TASK INPUTS Start Marker

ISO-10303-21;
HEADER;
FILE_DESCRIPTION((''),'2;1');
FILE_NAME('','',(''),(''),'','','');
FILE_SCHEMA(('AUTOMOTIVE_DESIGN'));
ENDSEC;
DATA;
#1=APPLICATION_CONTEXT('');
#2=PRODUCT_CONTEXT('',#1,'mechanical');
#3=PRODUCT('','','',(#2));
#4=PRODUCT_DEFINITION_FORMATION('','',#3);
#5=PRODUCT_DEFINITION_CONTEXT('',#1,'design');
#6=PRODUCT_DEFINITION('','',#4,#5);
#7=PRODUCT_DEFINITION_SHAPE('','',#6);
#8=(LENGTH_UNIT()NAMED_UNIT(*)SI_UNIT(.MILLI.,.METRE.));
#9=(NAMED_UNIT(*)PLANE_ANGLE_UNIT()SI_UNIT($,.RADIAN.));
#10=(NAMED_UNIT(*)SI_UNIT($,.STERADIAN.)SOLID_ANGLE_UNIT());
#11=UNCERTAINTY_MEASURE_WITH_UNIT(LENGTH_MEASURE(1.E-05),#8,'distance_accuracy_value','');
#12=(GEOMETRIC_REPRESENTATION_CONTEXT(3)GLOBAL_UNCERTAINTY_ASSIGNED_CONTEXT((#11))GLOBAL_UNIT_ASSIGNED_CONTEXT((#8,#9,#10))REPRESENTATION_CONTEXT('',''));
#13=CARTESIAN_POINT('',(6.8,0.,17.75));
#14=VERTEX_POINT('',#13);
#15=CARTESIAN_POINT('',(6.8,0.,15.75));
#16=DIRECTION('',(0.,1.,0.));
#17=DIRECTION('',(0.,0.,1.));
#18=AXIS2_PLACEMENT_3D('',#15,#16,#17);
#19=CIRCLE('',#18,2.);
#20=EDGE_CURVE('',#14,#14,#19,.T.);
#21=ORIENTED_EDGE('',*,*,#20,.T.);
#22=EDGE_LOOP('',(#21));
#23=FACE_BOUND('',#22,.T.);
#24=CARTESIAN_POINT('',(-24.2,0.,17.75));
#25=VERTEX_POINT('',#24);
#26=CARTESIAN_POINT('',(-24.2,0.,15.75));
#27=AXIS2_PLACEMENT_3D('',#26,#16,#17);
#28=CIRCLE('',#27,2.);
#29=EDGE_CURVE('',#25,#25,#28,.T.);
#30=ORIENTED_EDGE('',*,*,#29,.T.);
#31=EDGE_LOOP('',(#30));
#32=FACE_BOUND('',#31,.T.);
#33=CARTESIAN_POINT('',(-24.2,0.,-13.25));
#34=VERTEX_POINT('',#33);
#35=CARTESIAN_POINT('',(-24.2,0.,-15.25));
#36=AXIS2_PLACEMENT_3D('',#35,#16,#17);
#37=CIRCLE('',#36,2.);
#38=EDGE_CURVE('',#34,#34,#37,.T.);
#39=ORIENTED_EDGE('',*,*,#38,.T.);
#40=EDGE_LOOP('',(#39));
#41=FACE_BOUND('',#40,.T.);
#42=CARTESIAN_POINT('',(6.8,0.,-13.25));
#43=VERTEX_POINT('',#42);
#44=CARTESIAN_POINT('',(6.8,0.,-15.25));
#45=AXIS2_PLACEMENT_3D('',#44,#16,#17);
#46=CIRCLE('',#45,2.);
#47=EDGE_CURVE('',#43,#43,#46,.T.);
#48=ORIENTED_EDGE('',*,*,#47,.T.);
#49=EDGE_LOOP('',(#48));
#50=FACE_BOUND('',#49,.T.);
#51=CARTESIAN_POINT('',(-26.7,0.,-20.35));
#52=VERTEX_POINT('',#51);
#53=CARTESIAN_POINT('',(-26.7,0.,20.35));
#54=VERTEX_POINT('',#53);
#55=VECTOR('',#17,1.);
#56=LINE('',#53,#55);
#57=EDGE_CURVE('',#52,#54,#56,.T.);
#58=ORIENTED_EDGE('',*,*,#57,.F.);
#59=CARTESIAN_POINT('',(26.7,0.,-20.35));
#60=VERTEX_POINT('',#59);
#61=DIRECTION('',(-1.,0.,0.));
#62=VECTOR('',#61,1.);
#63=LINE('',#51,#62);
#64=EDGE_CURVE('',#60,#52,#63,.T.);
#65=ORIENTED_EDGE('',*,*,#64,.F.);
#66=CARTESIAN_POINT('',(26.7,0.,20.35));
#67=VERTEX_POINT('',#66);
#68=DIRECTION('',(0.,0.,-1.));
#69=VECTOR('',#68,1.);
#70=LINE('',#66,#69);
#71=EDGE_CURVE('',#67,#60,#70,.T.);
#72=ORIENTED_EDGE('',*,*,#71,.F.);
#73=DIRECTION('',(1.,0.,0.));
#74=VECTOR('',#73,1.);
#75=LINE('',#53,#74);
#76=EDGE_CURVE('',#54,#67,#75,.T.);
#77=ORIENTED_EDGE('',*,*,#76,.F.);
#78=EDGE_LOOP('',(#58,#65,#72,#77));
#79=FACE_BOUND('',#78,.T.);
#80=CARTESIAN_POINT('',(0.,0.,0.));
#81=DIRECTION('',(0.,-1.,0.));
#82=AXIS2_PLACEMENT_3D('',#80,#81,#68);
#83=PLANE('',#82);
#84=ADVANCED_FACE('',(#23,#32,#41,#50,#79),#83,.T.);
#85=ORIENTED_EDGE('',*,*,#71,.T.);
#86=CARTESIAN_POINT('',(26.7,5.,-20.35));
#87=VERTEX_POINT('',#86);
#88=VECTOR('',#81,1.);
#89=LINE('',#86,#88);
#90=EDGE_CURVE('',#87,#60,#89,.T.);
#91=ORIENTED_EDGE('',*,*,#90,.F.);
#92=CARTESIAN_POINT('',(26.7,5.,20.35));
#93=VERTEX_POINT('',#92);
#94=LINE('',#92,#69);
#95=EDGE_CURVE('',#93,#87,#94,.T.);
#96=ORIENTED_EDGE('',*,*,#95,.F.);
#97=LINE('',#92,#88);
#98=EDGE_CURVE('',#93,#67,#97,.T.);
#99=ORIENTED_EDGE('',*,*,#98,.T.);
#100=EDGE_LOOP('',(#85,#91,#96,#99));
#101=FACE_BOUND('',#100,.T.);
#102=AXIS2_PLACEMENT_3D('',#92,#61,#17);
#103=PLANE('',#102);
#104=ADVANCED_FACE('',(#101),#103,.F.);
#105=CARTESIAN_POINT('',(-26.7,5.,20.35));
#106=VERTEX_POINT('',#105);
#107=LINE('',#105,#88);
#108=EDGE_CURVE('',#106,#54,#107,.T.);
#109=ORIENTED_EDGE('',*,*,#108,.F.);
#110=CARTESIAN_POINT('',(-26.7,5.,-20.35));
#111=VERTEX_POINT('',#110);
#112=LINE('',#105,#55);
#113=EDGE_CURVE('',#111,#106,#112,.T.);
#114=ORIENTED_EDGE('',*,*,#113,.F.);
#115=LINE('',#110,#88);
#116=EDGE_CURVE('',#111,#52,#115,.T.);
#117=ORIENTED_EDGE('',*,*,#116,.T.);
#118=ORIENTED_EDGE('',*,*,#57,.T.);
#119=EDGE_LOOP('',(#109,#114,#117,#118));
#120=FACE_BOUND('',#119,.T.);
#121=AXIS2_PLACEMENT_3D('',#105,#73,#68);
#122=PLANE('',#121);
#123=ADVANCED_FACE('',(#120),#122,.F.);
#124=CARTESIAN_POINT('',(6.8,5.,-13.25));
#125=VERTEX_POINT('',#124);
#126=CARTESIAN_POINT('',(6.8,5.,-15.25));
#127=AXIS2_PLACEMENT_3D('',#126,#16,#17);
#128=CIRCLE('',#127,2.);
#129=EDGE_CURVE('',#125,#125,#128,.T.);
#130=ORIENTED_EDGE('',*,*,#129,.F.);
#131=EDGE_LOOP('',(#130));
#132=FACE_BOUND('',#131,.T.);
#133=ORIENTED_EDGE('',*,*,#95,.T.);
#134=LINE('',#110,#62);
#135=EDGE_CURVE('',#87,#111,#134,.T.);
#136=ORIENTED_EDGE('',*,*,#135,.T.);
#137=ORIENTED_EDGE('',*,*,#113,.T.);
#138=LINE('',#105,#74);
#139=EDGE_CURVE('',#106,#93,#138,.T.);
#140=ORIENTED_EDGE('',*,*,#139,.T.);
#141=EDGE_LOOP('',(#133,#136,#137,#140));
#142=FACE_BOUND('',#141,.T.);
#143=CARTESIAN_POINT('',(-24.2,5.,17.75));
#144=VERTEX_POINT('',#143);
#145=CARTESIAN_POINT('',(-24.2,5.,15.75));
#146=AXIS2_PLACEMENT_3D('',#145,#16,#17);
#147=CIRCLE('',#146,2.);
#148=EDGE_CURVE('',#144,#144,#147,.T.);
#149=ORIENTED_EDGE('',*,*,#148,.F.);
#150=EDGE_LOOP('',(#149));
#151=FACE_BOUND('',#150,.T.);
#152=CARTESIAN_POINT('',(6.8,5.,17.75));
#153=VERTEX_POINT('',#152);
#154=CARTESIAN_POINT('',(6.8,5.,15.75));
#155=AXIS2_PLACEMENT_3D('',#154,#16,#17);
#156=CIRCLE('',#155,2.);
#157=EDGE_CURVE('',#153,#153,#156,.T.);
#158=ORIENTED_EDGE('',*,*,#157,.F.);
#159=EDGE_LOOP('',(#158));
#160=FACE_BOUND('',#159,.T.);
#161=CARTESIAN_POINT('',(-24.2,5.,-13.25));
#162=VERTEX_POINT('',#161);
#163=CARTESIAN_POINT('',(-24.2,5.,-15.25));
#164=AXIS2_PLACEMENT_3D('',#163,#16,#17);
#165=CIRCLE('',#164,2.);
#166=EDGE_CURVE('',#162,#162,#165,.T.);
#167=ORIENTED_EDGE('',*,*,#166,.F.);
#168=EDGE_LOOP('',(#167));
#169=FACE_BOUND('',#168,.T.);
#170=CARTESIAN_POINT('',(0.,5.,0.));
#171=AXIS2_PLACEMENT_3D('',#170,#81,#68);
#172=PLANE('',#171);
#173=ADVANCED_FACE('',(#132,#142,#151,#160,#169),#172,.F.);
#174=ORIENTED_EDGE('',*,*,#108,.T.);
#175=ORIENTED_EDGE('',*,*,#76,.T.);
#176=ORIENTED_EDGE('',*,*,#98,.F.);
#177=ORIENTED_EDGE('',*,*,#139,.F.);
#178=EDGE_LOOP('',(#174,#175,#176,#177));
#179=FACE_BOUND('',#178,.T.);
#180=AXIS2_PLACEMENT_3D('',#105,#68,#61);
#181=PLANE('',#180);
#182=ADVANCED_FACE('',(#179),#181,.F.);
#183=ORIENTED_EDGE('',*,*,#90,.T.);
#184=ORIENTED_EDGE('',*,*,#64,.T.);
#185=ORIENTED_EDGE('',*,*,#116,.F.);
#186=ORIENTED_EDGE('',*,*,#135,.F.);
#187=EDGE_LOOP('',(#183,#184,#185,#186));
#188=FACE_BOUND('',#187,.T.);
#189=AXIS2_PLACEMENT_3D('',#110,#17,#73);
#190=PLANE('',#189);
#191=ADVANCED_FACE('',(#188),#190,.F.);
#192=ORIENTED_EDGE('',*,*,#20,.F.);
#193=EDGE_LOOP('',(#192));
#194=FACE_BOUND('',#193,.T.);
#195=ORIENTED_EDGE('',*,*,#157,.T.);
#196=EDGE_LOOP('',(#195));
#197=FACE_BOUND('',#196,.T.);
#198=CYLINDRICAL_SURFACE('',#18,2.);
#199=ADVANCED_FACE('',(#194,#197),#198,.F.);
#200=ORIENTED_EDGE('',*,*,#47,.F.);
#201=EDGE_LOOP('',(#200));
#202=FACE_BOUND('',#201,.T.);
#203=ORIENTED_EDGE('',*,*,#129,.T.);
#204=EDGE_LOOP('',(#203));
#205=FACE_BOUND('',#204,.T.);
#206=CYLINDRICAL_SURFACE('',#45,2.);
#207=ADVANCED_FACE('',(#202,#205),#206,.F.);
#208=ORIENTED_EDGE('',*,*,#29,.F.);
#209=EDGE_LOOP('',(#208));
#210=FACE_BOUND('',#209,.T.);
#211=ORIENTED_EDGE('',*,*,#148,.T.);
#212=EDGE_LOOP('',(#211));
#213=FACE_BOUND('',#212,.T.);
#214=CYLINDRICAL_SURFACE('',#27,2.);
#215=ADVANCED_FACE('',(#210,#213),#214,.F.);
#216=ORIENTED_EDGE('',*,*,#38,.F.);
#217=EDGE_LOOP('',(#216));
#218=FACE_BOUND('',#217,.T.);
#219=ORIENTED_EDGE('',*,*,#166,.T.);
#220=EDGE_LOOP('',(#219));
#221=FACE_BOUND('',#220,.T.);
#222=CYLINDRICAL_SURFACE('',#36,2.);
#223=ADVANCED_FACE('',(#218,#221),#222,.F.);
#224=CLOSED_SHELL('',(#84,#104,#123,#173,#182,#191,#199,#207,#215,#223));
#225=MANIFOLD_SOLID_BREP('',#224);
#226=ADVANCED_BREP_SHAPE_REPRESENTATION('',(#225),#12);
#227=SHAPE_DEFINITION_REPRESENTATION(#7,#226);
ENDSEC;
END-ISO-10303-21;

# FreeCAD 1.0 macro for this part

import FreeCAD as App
import Part
import Sketcher
from FreeCAD import Vector


def add_polygon(sketch, points):
    """Adds a closed chain of lines whose ends are joined by coincident constraints."""
    first, n = sketch.GeometryCount, len(points)
    for a, b in zip(points, points[1:] + points[:1]):
        sketch.addGeometry(Part.LineSegment(App.Vector(*a, 0), App.Vector(*b, 0)), False)
    for i in range(n):
        sketch.addConstraint(Sketcher.Constraint("Coincident", first + i, 2, first + (i + 1) % n, 1))

doc = App.newDocument("Part")
body = doc.addObject("PartDesign::Body", "Body")

# Sketch on XZ plane
sketch1 = body.newObject("Sketcher::SketchObject", "Sketch")
sketch1.AttachmentSupport = (doc.getObject("XZ_Plane"), [""])
sketch1.MapMode = "FlatFace"
add_polygon(sketch1, [(-27, -20), (-27, 20), (27, 20), (27, -20)])  # lines 0-3
sketch1.addConstraint([
    Sketcher.Constraint("Vertical", 0),
    Sketcher.Constraint("Horizontal", 1),
    Sketcher.Constraint("Vertical", 2),
    Sketcher.Constraint("Horizontal", 3),
    Sketcher.Constraint("Symmetric", 0, 2, 2, 2, -1, 1),
    Sketcher.Constraint("DistanceX", 1, 1, 1, 2, 53.4),
    Sketcher.Constraint("DistanceY", 0, 1, 0, 2, 40.7),
])
pad1 = body.newObject("PartDesign::Pad", "Pad")
pad1.Profile = sketch1
pad1.Length = 5
pad1.Reversed = True

# Sketch on XZ plane
sketch2 = body.newObject("Sketcher::SketchObject", "Sketch001")
sketch2.AttachmentSupport = (doc.getObject("XZ_Plane"), [""])
sketch2.MapMode = "FlatFace"
sketch2.AttachmentOffset = App.Placement(Vector(0, 0, -5), App.Rotation())
sketch2.addGeometry([
    Part.Circle(Vector(-24.2, -15.2, 0), Vector(0, 0, 1), 2),
    Part.Circle(Vector(-24.2, 15.8, 0), Vector(0, 0, 1), 2),
    Part.Circle(Vector(6.8, -15.2, 0), Vector(0, 0, 1), 2),
    Part.Circle(Vector(6.8, 15.8, 0), Vector(0, 0, 1), 2),
], False)
sketch2.addConstraint([
    Sketcher.Constraint("Equal", 0, 1),
    Sketcher.Constraint("Equal", 1, 2),
    Sketcher.Constraint("Equal", 2, 3),
    Sketcher.Constraint("Horizontal", 0, 3, 2, 3),
    Sketcher.Constraint("Horizontal", 1, 3, 3, 3),
    Sketcher.Constraint("Vertical", 0, 3, 1, 3),
    Sketcher.Constraint("Vertical", 2, 3, 3, 3),
    Sketcher.Constraint("Diameter", 0, 4.0),
    Sketcher.Constraint("DistanceY", 0, 3, 1, 3, 31.0),
    Sketcher.Constraint("DistanceX", 0, 3, 2, 3, 31.0),
    Sketcher.Constraint("DistanceX", 0, 3, -1, 1, 24.2),
    Sketcher.Constraint("DistanceY", 0, 3, -1, 1, 15.25),
])
pocket1 = body.newObject("PartDesign::Pocket", "Pocket")
pocket1.Profile = sketch2
pocket1.Length = 5
pocket1.Reversed = True

doc.recompute()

TASK INPUTS End Marker

TASK INSTRUCTIONS - What do the lines above say from the one containing "#80=CARTESIAN_POINT('',(0.,0.,0.));" down to the one containing "#89=LINE('',#86,#88);"? Return them exactly, both end lines included, and only them.

ANSWER BOX -
#80=CARTESIAN_POINT('',(0.,0.,0.));
#81=DIRECTION('',(0.,-1.,0.));
#82=AXIS2_PLACEMENT_3D('',#80,#81,#68);
#83=PLANE('',#82);
#84=ADVANCED_FACE('',(#23,#32,#41,#50,#79),#83,.T.);
#85=ORIENTED_EDGE('',*,*,#71,.T.);
#86=CARTESIAN_POINT('',(26.7,5.,-20.35));
#87=VERTEX_POINT('',#86);
#88=VECTOR('',#81,1.);
#89=LINE('',#86,#88);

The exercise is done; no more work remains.